• **INSTRUCTIONS FOR THE TASK**
Return, from the listing below, each line where the word "scale" appears.

·····

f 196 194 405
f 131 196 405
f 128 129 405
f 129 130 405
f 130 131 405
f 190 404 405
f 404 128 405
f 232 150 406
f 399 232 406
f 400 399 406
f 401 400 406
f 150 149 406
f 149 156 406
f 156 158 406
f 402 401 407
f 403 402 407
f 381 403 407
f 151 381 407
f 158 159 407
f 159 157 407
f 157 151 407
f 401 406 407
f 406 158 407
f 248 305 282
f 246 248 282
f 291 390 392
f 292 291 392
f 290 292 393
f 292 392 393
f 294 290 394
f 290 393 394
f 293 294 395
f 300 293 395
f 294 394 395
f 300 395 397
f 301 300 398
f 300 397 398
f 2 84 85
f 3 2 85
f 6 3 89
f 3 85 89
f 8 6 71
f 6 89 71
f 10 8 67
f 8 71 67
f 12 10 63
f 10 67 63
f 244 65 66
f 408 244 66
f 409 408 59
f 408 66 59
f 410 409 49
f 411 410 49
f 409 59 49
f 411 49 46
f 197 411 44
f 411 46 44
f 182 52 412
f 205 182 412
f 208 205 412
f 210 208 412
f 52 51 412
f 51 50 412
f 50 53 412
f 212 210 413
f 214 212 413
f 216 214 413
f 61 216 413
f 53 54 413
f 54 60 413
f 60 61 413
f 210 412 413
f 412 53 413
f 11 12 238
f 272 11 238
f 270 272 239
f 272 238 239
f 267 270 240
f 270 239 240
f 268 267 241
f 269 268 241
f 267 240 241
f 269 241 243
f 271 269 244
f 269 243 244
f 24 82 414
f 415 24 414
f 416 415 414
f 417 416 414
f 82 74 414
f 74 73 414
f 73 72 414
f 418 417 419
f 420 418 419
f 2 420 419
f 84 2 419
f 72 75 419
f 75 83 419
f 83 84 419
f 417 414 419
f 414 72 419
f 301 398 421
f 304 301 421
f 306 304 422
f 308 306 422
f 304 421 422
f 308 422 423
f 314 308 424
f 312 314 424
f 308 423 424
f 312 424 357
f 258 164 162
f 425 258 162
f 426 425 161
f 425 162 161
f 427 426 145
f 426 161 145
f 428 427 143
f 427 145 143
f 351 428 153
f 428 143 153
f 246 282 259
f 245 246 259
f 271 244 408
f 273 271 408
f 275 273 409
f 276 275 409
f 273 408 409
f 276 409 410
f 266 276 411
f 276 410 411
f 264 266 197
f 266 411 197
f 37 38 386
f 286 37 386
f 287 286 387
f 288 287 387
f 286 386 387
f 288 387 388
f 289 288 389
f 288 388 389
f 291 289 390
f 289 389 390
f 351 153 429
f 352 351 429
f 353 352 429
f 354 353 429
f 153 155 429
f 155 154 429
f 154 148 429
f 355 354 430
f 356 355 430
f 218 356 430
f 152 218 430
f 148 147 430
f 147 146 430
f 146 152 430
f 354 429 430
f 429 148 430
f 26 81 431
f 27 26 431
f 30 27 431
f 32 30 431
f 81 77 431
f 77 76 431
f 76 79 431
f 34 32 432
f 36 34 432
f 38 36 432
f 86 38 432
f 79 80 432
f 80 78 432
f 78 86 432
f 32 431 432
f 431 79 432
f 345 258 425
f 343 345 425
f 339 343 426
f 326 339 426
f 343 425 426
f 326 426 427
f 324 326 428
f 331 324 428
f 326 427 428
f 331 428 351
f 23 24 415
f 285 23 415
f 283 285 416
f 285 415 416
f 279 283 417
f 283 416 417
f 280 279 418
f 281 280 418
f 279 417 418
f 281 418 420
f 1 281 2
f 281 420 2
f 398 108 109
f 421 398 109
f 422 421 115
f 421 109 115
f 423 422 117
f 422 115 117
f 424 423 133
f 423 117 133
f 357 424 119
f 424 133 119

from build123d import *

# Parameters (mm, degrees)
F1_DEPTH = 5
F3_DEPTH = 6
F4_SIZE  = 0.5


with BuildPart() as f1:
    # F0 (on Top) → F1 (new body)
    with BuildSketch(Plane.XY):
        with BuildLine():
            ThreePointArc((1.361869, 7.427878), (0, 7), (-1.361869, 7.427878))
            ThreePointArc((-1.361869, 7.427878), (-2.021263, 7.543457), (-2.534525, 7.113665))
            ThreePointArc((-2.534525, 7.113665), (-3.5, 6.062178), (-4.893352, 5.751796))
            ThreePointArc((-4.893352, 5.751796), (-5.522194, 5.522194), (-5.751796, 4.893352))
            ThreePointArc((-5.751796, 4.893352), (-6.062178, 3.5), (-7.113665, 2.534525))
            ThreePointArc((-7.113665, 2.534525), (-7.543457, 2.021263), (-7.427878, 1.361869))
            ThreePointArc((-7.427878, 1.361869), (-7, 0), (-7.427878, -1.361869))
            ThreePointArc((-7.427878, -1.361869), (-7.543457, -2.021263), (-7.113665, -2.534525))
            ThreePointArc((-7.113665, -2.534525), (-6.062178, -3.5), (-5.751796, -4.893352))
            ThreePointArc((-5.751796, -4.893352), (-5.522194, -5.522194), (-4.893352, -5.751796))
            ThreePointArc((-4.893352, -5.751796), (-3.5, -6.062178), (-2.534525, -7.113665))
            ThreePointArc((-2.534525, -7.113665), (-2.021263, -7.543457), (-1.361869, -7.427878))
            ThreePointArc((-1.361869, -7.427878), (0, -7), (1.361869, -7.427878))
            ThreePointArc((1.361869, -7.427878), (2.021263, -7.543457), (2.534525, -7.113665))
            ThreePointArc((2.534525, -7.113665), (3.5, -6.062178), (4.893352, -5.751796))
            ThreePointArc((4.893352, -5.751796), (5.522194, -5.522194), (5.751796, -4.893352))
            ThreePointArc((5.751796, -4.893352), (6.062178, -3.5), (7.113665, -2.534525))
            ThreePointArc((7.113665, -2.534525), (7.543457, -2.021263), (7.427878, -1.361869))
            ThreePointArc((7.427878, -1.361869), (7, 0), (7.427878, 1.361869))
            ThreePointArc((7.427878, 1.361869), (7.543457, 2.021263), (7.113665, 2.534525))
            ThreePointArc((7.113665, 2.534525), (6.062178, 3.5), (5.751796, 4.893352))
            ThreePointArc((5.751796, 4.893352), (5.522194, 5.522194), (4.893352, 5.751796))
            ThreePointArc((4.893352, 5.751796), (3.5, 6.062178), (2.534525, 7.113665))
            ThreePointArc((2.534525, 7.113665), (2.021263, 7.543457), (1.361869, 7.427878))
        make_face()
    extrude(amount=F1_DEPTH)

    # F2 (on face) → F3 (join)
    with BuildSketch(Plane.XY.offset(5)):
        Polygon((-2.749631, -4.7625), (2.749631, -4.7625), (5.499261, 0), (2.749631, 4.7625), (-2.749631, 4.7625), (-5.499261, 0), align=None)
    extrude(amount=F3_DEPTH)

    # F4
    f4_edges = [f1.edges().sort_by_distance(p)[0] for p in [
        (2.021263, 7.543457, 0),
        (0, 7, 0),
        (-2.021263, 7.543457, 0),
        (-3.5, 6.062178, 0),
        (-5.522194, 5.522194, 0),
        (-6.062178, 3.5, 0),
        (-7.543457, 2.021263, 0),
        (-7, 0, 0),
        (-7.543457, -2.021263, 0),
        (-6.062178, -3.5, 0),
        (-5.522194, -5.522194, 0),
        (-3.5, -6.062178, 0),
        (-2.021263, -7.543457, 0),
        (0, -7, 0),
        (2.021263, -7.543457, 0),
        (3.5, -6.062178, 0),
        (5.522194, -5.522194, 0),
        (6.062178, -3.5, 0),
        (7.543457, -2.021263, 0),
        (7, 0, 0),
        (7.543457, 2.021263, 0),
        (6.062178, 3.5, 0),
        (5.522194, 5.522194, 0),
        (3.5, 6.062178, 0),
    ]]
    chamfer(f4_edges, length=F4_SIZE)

·····

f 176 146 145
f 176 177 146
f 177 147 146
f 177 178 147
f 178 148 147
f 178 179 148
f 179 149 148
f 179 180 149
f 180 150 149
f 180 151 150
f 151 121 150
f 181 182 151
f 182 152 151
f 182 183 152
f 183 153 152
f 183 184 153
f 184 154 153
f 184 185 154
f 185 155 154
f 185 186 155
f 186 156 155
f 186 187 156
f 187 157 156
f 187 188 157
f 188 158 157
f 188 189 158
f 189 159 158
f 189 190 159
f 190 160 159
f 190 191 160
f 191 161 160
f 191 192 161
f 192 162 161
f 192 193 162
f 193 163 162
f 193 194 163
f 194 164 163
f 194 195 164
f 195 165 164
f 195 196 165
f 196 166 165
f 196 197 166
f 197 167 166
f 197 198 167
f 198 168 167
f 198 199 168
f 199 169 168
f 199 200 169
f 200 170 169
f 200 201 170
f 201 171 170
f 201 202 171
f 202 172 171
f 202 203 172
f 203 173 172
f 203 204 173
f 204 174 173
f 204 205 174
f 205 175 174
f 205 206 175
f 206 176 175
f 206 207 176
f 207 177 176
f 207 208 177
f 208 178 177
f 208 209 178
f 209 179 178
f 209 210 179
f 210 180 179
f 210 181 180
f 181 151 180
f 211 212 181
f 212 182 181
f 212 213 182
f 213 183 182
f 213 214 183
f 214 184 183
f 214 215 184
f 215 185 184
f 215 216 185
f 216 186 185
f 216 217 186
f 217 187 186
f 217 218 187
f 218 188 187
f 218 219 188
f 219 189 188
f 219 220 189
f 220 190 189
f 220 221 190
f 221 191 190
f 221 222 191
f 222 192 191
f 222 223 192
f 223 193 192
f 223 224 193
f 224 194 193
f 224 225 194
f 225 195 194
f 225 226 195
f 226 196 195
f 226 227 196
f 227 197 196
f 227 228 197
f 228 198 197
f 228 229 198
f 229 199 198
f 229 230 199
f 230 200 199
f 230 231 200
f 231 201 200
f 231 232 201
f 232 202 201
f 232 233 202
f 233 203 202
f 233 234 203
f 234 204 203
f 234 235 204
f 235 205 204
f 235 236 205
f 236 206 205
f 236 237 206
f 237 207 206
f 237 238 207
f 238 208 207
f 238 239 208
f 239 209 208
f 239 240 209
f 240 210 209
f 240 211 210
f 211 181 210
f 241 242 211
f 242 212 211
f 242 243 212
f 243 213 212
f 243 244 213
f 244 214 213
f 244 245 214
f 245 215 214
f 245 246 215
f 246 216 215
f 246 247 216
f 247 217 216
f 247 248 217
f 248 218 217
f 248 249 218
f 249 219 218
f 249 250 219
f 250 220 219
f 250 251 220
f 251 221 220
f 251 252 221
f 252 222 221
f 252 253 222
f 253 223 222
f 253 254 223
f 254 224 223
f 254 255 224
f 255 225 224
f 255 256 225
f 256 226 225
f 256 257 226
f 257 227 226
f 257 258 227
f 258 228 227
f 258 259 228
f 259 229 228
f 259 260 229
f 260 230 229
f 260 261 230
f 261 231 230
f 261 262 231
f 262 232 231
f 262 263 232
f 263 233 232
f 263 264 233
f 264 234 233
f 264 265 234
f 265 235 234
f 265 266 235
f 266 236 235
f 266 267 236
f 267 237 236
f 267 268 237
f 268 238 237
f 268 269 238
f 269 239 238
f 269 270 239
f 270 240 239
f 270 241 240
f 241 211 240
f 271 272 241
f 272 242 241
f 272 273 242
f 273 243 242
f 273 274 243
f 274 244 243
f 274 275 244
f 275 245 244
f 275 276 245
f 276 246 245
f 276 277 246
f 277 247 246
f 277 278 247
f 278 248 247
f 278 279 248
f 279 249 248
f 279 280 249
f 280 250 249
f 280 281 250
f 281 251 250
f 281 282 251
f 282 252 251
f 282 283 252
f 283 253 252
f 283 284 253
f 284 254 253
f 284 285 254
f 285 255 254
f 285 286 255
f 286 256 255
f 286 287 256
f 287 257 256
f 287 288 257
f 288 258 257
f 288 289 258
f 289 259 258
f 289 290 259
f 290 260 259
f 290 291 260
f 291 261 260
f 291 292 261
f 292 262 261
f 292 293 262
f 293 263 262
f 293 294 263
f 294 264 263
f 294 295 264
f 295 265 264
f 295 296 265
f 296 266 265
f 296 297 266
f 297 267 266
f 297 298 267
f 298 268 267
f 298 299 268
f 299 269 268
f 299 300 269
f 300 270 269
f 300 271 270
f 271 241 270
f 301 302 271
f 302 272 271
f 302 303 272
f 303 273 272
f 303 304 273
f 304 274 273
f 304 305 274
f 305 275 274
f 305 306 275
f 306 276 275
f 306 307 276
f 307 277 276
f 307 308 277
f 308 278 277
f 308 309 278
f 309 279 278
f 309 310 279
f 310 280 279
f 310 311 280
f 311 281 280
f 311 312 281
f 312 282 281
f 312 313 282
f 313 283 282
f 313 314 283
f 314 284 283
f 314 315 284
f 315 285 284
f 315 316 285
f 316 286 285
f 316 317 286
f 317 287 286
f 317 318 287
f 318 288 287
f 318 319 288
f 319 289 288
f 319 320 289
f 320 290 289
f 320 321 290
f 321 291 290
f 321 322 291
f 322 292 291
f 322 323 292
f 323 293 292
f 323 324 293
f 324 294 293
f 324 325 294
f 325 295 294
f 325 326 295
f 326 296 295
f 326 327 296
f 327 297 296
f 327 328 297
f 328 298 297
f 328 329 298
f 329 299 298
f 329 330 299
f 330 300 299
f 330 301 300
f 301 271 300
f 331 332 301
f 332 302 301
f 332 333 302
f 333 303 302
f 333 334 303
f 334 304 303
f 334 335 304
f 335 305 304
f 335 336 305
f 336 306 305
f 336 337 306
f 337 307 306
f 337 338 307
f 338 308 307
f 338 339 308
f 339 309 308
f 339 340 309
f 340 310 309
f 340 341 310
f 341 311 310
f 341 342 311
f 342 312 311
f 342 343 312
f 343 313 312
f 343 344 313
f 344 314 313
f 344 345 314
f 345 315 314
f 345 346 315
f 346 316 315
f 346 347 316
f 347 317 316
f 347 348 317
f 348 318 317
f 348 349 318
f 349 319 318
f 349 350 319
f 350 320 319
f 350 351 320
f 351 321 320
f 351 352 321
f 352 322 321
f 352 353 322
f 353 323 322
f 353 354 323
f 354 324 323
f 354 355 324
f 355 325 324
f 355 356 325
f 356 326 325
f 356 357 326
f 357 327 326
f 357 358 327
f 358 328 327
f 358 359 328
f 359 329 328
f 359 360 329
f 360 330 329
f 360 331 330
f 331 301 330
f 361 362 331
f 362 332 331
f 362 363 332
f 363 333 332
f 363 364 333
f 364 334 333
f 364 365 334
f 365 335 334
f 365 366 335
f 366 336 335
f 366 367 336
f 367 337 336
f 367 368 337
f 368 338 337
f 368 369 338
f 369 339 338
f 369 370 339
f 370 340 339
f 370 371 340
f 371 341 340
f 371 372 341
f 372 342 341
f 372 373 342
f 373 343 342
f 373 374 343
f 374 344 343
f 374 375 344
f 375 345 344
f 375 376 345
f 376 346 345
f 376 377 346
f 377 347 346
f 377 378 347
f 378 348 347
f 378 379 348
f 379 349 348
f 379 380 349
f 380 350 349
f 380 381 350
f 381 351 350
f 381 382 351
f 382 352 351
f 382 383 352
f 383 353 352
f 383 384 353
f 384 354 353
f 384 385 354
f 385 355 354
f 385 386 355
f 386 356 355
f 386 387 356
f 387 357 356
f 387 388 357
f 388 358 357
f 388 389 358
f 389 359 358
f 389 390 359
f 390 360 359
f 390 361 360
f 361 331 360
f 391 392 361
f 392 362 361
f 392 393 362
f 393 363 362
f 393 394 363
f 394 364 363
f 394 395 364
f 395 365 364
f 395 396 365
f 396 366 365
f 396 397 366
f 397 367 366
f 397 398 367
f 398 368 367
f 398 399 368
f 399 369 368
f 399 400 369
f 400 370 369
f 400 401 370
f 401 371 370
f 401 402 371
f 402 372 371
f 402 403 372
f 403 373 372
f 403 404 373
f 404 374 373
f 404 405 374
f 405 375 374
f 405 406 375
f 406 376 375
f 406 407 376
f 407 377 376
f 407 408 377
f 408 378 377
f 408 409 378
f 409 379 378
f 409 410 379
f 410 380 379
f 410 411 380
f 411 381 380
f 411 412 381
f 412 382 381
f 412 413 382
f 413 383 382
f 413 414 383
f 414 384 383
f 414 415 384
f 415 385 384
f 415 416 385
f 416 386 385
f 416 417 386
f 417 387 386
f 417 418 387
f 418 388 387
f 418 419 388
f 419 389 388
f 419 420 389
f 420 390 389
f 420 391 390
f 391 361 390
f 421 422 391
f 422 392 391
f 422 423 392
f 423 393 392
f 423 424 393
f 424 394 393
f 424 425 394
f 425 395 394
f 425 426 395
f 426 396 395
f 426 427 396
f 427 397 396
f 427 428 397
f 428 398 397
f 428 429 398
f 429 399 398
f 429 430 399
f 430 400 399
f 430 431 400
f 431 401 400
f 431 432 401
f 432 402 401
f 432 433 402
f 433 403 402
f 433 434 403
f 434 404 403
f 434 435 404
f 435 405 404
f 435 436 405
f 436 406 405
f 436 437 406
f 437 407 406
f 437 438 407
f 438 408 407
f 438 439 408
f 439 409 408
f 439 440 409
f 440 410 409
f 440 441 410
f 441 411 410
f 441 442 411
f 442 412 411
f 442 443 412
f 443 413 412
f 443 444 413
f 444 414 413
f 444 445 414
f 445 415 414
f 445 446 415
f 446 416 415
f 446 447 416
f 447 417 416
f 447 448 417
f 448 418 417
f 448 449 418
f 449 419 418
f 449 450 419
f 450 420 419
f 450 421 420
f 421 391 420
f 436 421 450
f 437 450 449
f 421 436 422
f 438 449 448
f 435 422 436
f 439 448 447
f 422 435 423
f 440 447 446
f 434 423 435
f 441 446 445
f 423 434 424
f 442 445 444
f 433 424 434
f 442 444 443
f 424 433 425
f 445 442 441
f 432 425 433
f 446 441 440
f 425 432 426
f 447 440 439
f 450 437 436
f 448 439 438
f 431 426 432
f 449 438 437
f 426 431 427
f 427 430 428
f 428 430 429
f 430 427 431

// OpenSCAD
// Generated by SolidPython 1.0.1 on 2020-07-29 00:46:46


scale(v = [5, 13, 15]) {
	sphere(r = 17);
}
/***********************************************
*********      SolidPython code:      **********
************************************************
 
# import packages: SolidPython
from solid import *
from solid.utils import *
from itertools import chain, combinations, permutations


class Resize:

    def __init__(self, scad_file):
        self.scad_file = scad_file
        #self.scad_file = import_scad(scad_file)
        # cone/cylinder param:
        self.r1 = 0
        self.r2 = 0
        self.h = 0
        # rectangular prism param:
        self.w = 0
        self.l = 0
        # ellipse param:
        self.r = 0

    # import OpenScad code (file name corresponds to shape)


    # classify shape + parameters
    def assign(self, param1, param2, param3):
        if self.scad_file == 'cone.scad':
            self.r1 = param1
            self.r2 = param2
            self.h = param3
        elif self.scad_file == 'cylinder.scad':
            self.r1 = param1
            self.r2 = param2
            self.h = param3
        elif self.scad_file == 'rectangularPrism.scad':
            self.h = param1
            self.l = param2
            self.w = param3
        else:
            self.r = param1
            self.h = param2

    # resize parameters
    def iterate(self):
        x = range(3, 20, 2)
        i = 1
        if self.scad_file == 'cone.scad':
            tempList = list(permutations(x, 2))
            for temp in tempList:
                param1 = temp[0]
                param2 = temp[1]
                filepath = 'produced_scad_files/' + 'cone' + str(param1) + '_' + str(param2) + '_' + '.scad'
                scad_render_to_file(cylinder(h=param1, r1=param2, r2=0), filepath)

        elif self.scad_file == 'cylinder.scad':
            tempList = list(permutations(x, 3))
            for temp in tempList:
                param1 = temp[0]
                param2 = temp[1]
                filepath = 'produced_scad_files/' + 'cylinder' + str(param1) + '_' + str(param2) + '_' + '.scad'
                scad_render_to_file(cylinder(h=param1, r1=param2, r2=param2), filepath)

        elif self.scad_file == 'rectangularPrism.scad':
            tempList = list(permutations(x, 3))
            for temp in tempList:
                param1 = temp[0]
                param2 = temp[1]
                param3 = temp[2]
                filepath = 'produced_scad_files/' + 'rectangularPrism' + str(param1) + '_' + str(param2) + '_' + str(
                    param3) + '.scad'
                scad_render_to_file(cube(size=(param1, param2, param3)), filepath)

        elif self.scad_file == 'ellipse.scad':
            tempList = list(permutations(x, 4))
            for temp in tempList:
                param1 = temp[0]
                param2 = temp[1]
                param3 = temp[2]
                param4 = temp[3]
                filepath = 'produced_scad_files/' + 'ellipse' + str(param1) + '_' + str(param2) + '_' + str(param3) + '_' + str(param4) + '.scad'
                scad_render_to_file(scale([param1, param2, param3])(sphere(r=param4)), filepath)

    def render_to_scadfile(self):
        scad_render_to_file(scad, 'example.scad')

·····

• **RESPONSE TO THE EXERCISE**
scale(v = [5, 13, 15]) {
                scad_render_to_file(scale([param1, param2, param3])(sphere(r=param4)), filepath)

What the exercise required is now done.